Hello everyone.
I have been catching up with the recent literature regarding long context. I am reading kaiokendev post and NTK scaling. One question that I have and seem not answered by their post or any other posts is that, isn't attention quadratic? I still recall the O(L^2) complexity that is countless referred to in the older literature (e.g. longformer or bigbird). (I read somewhere that it turns out that it is actually the MLP that consumes the most in practice but still the longer the sequence length is the more memory it would take).
Based on my understanding of the current work on long context, they are tweaking the frequency or base in the rotary embedding, which makes the model interpolate unseen sequence length, but still, you need much more memory for 8k sequence input than 2k. Is this issue solved? I appreciate any pointers. Thanks!
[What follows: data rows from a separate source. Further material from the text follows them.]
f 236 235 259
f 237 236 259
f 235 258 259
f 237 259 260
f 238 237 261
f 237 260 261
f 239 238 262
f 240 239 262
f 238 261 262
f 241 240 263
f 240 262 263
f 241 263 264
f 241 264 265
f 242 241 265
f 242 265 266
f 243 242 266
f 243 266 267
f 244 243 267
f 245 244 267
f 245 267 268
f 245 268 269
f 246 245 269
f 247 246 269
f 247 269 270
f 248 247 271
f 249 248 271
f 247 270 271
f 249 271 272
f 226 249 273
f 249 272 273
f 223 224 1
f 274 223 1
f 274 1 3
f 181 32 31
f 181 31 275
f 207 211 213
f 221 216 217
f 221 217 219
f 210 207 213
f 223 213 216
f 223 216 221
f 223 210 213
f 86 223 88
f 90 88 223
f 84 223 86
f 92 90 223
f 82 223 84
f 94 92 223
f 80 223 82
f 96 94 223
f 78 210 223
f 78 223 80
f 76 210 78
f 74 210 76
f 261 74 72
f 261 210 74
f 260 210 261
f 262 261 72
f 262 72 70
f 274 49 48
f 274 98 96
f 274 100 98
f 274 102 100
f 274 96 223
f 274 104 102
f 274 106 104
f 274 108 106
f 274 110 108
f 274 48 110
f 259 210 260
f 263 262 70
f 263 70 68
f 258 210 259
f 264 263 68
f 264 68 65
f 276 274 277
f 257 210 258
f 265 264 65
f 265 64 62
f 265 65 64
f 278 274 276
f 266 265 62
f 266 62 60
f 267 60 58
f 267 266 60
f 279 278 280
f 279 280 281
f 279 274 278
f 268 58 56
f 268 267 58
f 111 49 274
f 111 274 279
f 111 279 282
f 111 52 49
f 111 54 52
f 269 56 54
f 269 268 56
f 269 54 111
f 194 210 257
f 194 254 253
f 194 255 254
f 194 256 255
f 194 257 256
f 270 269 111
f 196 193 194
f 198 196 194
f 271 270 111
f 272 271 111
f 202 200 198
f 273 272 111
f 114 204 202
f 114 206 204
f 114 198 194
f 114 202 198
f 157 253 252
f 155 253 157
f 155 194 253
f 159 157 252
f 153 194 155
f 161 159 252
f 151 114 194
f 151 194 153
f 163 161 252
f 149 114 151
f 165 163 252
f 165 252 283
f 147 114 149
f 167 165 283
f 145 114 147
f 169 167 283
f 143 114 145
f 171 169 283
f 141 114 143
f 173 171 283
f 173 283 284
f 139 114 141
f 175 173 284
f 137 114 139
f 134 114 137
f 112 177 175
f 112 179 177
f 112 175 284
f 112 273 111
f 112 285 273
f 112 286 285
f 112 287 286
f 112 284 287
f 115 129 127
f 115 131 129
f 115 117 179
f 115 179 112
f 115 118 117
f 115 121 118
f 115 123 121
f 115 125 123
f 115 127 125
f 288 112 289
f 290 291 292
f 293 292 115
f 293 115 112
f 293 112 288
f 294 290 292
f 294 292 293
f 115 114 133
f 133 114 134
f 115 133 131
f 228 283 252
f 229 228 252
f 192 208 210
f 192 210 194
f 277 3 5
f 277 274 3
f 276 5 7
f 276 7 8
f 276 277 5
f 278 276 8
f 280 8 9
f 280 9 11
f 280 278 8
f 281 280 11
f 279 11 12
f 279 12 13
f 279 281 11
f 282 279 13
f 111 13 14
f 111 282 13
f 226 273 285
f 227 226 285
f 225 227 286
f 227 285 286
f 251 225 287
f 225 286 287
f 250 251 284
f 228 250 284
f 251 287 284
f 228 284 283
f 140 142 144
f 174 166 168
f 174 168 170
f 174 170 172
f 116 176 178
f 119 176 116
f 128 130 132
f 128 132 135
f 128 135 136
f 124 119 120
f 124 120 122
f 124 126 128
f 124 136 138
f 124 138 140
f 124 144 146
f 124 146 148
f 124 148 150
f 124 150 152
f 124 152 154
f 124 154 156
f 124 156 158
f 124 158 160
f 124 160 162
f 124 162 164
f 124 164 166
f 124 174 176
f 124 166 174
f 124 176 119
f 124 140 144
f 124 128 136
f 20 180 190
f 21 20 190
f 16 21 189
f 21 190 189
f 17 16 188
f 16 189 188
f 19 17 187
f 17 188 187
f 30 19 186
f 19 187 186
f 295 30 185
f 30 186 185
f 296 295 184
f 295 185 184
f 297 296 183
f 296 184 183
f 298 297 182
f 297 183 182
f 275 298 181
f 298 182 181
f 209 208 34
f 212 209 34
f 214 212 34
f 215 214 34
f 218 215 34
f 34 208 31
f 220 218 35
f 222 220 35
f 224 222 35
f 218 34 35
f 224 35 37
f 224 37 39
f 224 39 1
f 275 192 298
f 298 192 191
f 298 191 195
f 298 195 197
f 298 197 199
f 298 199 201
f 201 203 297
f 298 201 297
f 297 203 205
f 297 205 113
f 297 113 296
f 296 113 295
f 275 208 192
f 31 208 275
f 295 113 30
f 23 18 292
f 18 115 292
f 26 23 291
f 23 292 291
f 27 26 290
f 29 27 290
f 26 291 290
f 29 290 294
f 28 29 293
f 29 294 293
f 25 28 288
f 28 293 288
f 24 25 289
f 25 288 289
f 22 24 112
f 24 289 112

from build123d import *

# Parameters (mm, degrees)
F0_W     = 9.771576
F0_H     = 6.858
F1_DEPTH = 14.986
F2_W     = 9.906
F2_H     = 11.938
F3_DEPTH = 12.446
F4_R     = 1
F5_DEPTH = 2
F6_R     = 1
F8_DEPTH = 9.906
While there are some techniques for sub-quadratic transformer scaling (Longformer, Longnet, Retentive Network, and others), there haven't really been any state of the art models trained with these techniques and they cannot be applied to existing models, so they aren't really being used. As for why these techniques aren't being used in new models, that is either because they harm performance too much, or are considered to be too risky and more proven architectures are used instead. If there were models trained using these techniques and they were good, then people would use them, but for now there just isn't any models actually using them, so we are stuck with O(n^2) computation and memory.